I think this is what you did:
$$ 1-\cos{2\theta} = 1-\cos^2{\theta}+\sin^2{\theta}=2\sin^2{\theta}, $$
so
$$ \csc{4x}-\cot{4x} = \frac{1-\cos{4x}}{\sin{4x}} = \frac{2\sin^2{2x}}{2\sin{2x}\cos{2x}} $$
At this point we have the worry that $\sin^2{2x}=0$. Thankfully this doesn't matter: there are two on the top, so the answer would end up as zero anyway. So I get your $\tan{2x}=1$, and then you have the correct solutions. (But note I checked when I cancelled terms that might be zero)
A: Hint:
In your first solution you have two critical steps:
1) whan you multilpy by $\sin (4x)$ you must have $\sin (4x) \ne 0$ (this excludes solutions $ k \pi / 8 $ with an  even $ k $)
2) whan you square $1=\sin(4x)+\cos(4x)$ you introduce improper solutions. (this exlude the other solutions as you have find.)
A: This happened because in your first step, you multiplied the equation by $\sin (4x)$.   Anytime that is 0,  it makes the whole equation $0=0$, meaningless, and indeed, the original functions aren't defined when $\sin (4x)=0$.   These are called "extraneous solutions" or "extraneous roots", and they happen when you do mathematical operations that aren't always valid.
A: The problem came when you squared both sides of the equation.  You also ended up with solutions to $\sin4x+\cos4x=-1$ which has the same result when squared.  Disagreeing with previous answers, multiplying by $\sin4x$ does not introduce extraneous solutions since if $\sin4x$ were equal to $0$, neither cotangent nor cosecant would be defined.

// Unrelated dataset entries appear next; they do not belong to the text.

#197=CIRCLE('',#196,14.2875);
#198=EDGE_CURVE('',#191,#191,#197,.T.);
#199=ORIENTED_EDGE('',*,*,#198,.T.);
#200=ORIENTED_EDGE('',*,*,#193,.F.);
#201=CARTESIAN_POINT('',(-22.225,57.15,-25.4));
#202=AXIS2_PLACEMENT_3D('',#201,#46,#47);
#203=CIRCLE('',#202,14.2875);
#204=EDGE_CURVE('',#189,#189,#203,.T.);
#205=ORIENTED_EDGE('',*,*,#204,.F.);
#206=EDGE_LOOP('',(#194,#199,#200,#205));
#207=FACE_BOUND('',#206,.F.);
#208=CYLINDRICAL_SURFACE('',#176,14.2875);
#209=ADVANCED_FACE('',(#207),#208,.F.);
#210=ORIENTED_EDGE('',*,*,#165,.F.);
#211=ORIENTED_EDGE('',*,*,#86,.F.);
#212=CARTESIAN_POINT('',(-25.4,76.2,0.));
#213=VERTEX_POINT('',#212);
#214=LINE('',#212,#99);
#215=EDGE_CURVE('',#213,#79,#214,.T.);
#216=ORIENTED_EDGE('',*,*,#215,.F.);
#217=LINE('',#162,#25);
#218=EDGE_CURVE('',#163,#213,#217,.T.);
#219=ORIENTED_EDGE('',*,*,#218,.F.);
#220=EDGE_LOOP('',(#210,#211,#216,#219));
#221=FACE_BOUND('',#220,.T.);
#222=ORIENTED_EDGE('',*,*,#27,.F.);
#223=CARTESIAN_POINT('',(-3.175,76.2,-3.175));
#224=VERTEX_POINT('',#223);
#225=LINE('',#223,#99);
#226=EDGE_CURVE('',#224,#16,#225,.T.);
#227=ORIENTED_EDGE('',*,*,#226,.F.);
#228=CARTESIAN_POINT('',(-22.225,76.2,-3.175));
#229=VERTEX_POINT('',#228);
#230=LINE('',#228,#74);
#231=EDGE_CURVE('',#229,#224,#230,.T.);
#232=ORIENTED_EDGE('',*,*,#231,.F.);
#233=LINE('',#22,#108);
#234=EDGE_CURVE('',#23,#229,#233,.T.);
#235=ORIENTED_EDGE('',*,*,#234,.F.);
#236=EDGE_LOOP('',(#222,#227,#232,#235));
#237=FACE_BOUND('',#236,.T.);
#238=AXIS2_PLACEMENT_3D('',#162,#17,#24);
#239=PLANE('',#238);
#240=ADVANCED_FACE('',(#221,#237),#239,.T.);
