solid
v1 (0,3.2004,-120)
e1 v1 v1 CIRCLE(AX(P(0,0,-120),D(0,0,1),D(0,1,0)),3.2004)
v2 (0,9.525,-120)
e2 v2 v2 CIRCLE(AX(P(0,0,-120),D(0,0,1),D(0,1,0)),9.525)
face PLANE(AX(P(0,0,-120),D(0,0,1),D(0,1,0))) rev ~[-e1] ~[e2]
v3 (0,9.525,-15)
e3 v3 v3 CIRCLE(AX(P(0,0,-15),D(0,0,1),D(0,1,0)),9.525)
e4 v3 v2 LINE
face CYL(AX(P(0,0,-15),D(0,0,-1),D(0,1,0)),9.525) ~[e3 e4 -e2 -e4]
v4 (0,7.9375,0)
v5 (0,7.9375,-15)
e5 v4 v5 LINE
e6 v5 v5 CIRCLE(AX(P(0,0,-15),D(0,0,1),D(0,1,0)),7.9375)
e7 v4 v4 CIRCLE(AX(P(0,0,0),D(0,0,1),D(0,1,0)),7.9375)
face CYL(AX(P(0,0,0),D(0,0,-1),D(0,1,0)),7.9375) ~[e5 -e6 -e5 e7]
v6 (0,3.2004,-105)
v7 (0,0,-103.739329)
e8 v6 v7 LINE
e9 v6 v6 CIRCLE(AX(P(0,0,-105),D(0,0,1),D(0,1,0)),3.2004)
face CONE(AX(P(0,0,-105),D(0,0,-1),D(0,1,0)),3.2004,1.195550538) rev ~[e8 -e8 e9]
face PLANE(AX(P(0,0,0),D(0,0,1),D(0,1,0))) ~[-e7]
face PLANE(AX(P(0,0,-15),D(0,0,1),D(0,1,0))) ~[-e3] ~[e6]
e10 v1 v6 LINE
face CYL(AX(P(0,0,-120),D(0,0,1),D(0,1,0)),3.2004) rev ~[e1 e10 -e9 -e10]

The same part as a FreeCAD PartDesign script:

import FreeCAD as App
import Part
import Sketcher
from FreeCAD import Vector
Q = App.Units.Quantity


def add_polygon(sketch, points):
    """Adds a closed chain of lines whose ends are joined by coincident constraints."""
    first, n = sketch.GeometryCount, len(points)
    for a, b in zip(points, points[1:] + points[:1]):
        sketch.addGeometry(Part.LineSegment(App.Vector(*a, 0), App.Vector(*b, 0)), False)
    for i in range(n):
        sketch.addConstraint(Sketcher.Constraint("Coincident", first + i, 2, first + (i + 1) % n, 1))

doc = App.newDocument("Part")
params = doc.addObject("Spreadsheet::Sheet", "Params")
for row, (alias, value) in enumerate([
    ("sketch1_width", "0.3125 in"),
    ("sketch1_width2", "0.0625 in"),
    ("revolution_angle", "360 deg"),
    ("sketch2_diameter", "0.252 in"),
    ("hole_diameter", "0.252 in"),
    ("hole_depth", "15 mm"),
], start=1):
    params.set(f"A{row}", alias)
    params.set(f"B{row}", "=" + value)
    params.setAlias(f"B{row}", alias)

body = doc.addObject("PartDesign::Body", "Body")

# Sketch on YZ plane
sketch1 = doc.addObject("Sketcher::SketchObject", "Sketch")
body.addObject(sketch1)
sketch1.AttachmentSupport = (doc.YZ_Plane, [""])
sketch1.MapMode = "FlatFace"
add_polygon(sketch1, [(7.9375, 0), (0, 0), (0, -120), (9.525, -120), (9.525, -15), (7.9375, -15)])  # lines 0-5
sketch1.addConstraint([
    Sketcher.Constraint("Horizontal", 0),
    Sketcher.Constraint("Vertical", 1),
    Sketcher.Constraint("Horizontal", 2),
    Sketcher.Constraint("Vertical", 3),
    Sketcher.Constraint("Horizontal", 4),
    Sketcher.Constraint("Vertical", 5),
    Sketcher.Constraint("Coincident", 0, 2, -1, 1),
    Sketcher.Constraint("DistanceX", 0, 2, 0, 1, Q("0.3125 in")),
    Sketcher.Constraint("DistanceX", 4, 2, 4, 1, Q("0.0625 in")),
    Sketcher.Constraint("DistanceY", 3, 1, 3, 2, Q("105 mm")),
    Sketcher.Constraint("DistanceY", 5, 1, 5, 2, Q("15 mm")),
])
sketch1.setExpression("Constraints[13]", "Params.sketch1_width")
sketch1.setExpression("Constraints[14]", "Params.sketch1_width2")
revolution = doc.addObject("PartDesign::Revolution", "Revolution")
body.addObject(revolution)
revolution.Profile = sketch1
revolution.ReferenceAxis = (sketch1, ["V_Axis"])
revolution.setExpression("Angle", "Params.revolution_angle")

# Sketch on XY plane
sketch2 = doc.addObject("Sketcher::SketchObject", "Sketch001")
body.addObject(sketch2)
sketch2.AttachmentSupport = (doc.XY_Plane, [""])
sketch2.MapMode = "FlatFace"
sketch2.AttachmentOffset = App.Placement(Vector(0, 0, -4.7244094 * 25.4), App.Rotation())
sketch2.addGeometry(Part.Circle(Vector(0, 0, 0), Vector(0, 0, 1), 3.2004), False)
sketch2.addConstraint([
    Sketcher.Constraint("Coincident", 0, 3, -1, 1),
    Sketcher.Constraint("Diameter", 0, Q("0.252 in")),
])
sketch2.setExpression("Constraints[1]", "Params.sketch2_diameter")
doc.recompute()
hole = doc.addObject("PartDesign::Hole", "Hole")
body.addObject(hole)
hole.Profile = sketch2
hole.ThreadType = "None"
hole.setExpression("Diameter", "Params.hole_diameter")
hole.DepthType = "Dimension"
hole.setExpression("Depth", "Params.hole_depth")
hole.DrillPoint = "Angled"
hole.DrillPointAngle = 137
hole.Reversed = True

doc.recompute()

I'm not sure what identities you used for the second attempt, but allow me to provide a third method.  If you multiply both sides by $\csc4x+\cot4x$, you get
$$\csc^24x-\cot^24x=\csc4x+\cot4x$$
$$\csc4x+\cot4x=1$$
Adding this to the original equation gives
$$2\csc4x=2$$
$$\csc4x=1$$
$$\sin4x=1$$
$$4x=\frac\pi2+2\pi k$$
$$x=\frac\pi8+\frac{k\pi}2$$